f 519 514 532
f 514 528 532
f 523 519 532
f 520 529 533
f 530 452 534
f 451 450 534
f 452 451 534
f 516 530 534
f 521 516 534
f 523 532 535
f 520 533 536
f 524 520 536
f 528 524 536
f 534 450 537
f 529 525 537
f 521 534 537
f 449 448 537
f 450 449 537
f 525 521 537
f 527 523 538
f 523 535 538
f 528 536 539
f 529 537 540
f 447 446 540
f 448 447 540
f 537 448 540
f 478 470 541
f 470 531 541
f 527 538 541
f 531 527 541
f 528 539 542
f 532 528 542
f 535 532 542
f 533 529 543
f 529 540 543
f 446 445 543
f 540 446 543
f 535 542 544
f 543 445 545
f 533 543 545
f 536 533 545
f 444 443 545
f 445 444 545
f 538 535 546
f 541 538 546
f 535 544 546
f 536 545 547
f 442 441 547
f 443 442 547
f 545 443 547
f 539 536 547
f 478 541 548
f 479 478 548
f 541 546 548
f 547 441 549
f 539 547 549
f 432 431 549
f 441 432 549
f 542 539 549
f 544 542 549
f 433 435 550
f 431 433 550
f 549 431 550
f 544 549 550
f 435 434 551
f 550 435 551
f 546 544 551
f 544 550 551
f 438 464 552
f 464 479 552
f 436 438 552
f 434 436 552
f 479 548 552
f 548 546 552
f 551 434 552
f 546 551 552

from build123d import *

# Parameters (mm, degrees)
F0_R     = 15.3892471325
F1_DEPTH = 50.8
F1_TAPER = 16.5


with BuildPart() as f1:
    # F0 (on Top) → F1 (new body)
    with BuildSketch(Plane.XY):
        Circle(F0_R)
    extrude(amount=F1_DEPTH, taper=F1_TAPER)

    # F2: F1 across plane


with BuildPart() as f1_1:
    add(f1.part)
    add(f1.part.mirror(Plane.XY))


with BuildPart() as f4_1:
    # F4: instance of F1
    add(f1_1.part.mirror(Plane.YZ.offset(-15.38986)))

▶ [PROBLEM]:
Reproduce the data shown above in its entirety, keeping each word as it is.

▶ [SOLUTION TO THIS PROBLEM]:
f 519 514 532
f 514 528 532
f 523 519 532
f 520 529 533
f 530 452 534
f 451 450 534
f 452 451 534
f 516 530 534
f 521 516 534
f 523 532 535
f 520 533 536
f 524 520 536
f 528 524 536
f 534 450 537
f 529 525 537
f 521 534 537
f 449 448 537
f 450 449 537
f 525 521 537
f 527 523 538
f 523 535 538
f 528 536 539
f 529 537 540
f 447 446 540
f 448 447 540
f 537 448 540
f 478 470 541
f 470 531 541
f 527 538 541
f 531 527 541
f 528 539 542
f 532 528 542
f 535 532 542
f 533 529 543
f 529 540 543
f 446 445 543
f 540 446 543
f 535 542 544
f 543 445 545
f 533 543 545
f 536 533 545
f 444 443 545
f 445 444 545
f 538 535 546
f 541 538 546
f 535 544 546
f 536 545 547
f 442 441 547
f 443 442 547
f 545 443 547
f 539 536 547
f 478 541 548
f 479 478 548
f 541 546 548
f 547 441 549
f 539 547 549
f 432 431 549
f 441 432 549
f 542 539 549
f 544 542 549
f 433 435 550
f 431 433 550
f 549 431 550
f 544 549 550
f 435 434 551
f 550 435 551
f 546 544 551
f 544 550 551
f 438 464 552
f 464 479 552
f 436 438 552
f 434 436 552
f 479 548 552
f 548 546 552
f 551 434 552
f 546 551 552

from build123d import *

# Parameters (mm, degrees)
F0_R     = 15.3892471325
F1_DEPTH = 50.8
F1_TAPER = 16.5


with BuildPart() as f1:
    # F0 (on Top) → F1 (new body)
    with BuildSketch(Plane.XY):
        Circle(F0_R)
    extrude(amount=F1_DEPTH, taper=F1_TAPER)

    # F2: F1 across plane


with BuildPart() as f1_1:
    add(f1.part)
    add(f1.part.mirror(Plane.XY))


with BuildPart() as f4_1:
    # F4: instance of F1
    add(f1_1.part.mirror(Plane.YZ.offset(-15.38986)))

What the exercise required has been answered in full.